David González Lobo

Ínsula dulcamara (II)


 

Paul Klee: Ínsula dulcamara

 



La hiedra 
o el agua oscura 
de tu voz que madura
en la pared.


Sales del roquedal. Se mueve rápido tu cayado y tu cuerpo y tus ovejas, temblor de un pequeño oasis todo. Lana de tu miedo o el espejo de un ovillo manchado de sangre. En el césped te sientas y la tarde cae. Espinas y sombras.
Iluminada está la rama. Para qué darle nombre al árbol. Una luz sentimental o un pensamiento peligroso dirían después los sabios con ardor lo repetirían los señores. Iluminada está la rama. Para qué darle nombre al árbol.
Soy Séfora, soy Séfora en la arena, de perfil en el espejismo soy Séfora, en le neblina de la alegría y la tristeza Séfora soy, hija de los que guardan rebaños y sueños, mujer del que siempre partió. Mi señor, también de lava estoy llena y Séfora soy.
Quedó el olor a limón en mi piel y la piel del leopardo en mi retina. Mirando el desierto, Séfora dijo ha partido. Todos dudamos muchas veces. -Y cerró la cortina.
Era una piedra de agua y sol, neblina, hojas de oro blando, firmes casas y castillos vistos. Me hablan torcidos y viejos muros que dan al campo. Mi lengua es un dolor de huérfano pero mi hermano es un río. (a Agustín y a Ana)
Los ojos de las palabras, flor del agua, el muro trabado que ha caído, el tesoro del esfuerzo en un pañuelo, animales que arreas o guías al corazón de la voz, y al cuaderno, cuando más temes.
El silencio no existe. En dos se abre la piedra y comienza una historia. Cada explicación tiene madre y padre y demás familiares en la tristeza. Abejorros. El horizonte una hendija y el hierro de la aldaba.
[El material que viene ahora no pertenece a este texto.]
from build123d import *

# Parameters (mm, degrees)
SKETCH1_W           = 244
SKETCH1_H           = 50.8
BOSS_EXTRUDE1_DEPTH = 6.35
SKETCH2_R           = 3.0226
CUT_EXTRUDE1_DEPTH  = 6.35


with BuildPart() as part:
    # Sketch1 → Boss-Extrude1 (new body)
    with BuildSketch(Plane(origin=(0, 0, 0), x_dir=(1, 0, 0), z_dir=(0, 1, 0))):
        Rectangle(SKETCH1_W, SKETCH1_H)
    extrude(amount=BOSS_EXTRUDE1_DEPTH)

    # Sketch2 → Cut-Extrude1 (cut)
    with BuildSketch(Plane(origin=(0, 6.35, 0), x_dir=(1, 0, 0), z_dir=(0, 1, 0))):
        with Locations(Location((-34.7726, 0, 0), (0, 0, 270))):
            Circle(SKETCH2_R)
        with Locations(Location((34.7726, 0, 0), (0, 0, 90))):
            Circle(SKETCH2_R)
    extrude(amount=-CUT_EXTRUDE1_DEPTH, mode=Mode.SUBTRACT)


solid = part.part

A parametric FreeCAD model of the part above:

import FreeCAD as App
import Part
import Sketcher
from FreeCAD import Vector
Q = App.Units.Quantity


def add_polygon(sketch, points):
    """Adds a closed chain of lines whose ends are joined by coincident constraints."""
    first, n = sketch.GeometryCount, len(points)
    for a, b in zip(points, points[1:] + points[:1]):
        sketch.addGeometry(Part.LineSegment(App.Vector(*a, 0), App.Vector(*b, 0)), False)
    for i in range(n):
        sketch.addConstraint(Sketcher.Constraint("Coincident", first + i, 2, first + (i + 1) % n, 1))

doc = App.newDocument("Part")
params = doc.addObject("Spreadsheet::Sheet", "Params")
for row, (alias, value) in enumerate([
    ("sketch1_height", "2 in"),
    ("pad1_length", "0.25 in"),
    ("sketch2_diameter", "0.238 in"),
    ("pocket1_length", "0.25 in"),
], start=1):
    params.set(f"A{row}", alias)
    params.set(f"B{row}", "=" + value)
    params.setAlias(f"B{row}", alias)

body = doc.addObject("PartDesign::Body", "Body")

# Sketch on XZ plane
sketch1 = doc.addObject("Sketcher::SketchObject", "Sketch")
body.addObject(sketch1)
sketch1.AttachmentSupport = (doc.XZ_Plane, [""])
sketch1.MapMode = "FlatFace"
add_polygon(sketch1, [(-122, -25.4), (-122, 25.4), (122, 25.4), (122, -25.4)])  # lines 0-3
sketch1.addConstraint([
    Sketcher.Constraint("Vertical", 0),
    Sketcher.Constraint("Horizontal", 1),
    Sketcher.Constraint("Vertical", 2),
    Sketcher.Constraint("Horizontal", 3),
    Sketcher.Constraint("Symmetric", 0, 2, 2, 2, -1, 1),
    Sketcher.Constraint("DistanceY", 0, 1, 0, 2, Q("2 in")),
    Sketcher.Constraint("DistanceX", 1, 1, 1, 2, 244.0),
])
sketch1.setExpression("Constraints[9]", "Params.sketch1_height")
pad1 = doc.addObject("PartDesign::Pad", "Pad")
body.addObject(pad1)
pad1.Profile = sketch1
pad1.setExpression("Length", "Params.pad1_length")
pad1.Reversed = True

# Sketch on XZ plane
sketch2 = doc.addObject("Sketcher::SketchObject", "Sketch001")
body.addObject(sketch2)
sketch2.AttachmentSupport = (doc.XZ_Plane, [""])
sketch2.MapMode = "FlatFace"
sketch2.AttachmentOffset = App.Placement(Vector(0, 0, -0.25 * 25.4), App.Rotation())
sketch2.addGeometry([
    Part.Circle(Vector(-34.7726, 0, 0), Vector(0, 0, 1), 3.0226),
    Part.Circle(Vector(34.7726, 0, 0), Vector(0, 0, 1), 3.0226),
], False)
sketch2.addConstraint([
    Sketcher.Constraint("Equal", 0, 1),
    Sketcher.Constraint("Symmetric", 0, 3, 1, 3, -1, 1),
    Sketcher.Constraint("PointOnObject", 0, 3, -1),
    Sketcher.Constraint("Diameter", 0, Q("0.238 in")),
    Sketcher.Constraint("DistanceX", 0, 3, -1, 1, Q("1.369 in")),
])
sketch2.setExpression("Constraints[3]", "Params.sketch2_diameter")
pocket1 = doc.addObject("PartDesign::Pocket", "Pocket")
body.addObject(pocket1)
pocket1.Profile = sketch2
pocket1.setExpression("Length", "Params.pocket1_length")
pocket1.Reversed = True

doc.recompute()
Cuervos. Los elementos que vienen de la tierra y los que la pueblan desde lo alto, una sinceridad abrumadora. Turpiales. Un poco de ternura como un tesoro y un vaso de agua como complemento, más sin embargo la hierba ondula.
En aquella colina, más allá de las xerófilas, donde brota el manantial está la boca, el dolor.
No duda, es la duda. El deseo persiste. La llama hiela el río.
Porque no puedo hablar “mi pasión es ahora la indiferencia”. (Sea yo la mujer que me oiga el hijo que me oiga el hermano que me oiga la madre que me oiga el amigo que me oiga la tierra que me oiga el río que me oiga) Mi pasión no es ahora ni la sombra.
En el camino aquellos cántaros de perfumada miel, el cordero el queso envuelto en hojas la plata y el oro de las joyas los rebaños en riguroso orden y la cortina de niebla, el movimiento o el espejismo de los cuerpos, de tu cuerpo al que ofrendo y le hablo apenas, oro resplandeciente.
Las manzanas en la mesa, el sol, las dagas, el estremecido arenal. Y tu cuerpo en la estera tendido o el viento.
En el desierto lo repitió. Palabras de la ciudad, palabras de la casa, palabras de piedra, palabras de adobe, palabras de arena, palabras de agua, palabras de un hombre. En el desierto lo repitió.
El agua de la verdad el agua verde del pozo.
El camino se borraba a cada paso. El vendaval el agua de la lluvia y la promesa. El camino se borraba a cada paso.
Esta nube y el resto del crepúsculo, este olivar estas ramas de plata este pájaro azul casi negro esta tierra esta sombra esta raíz.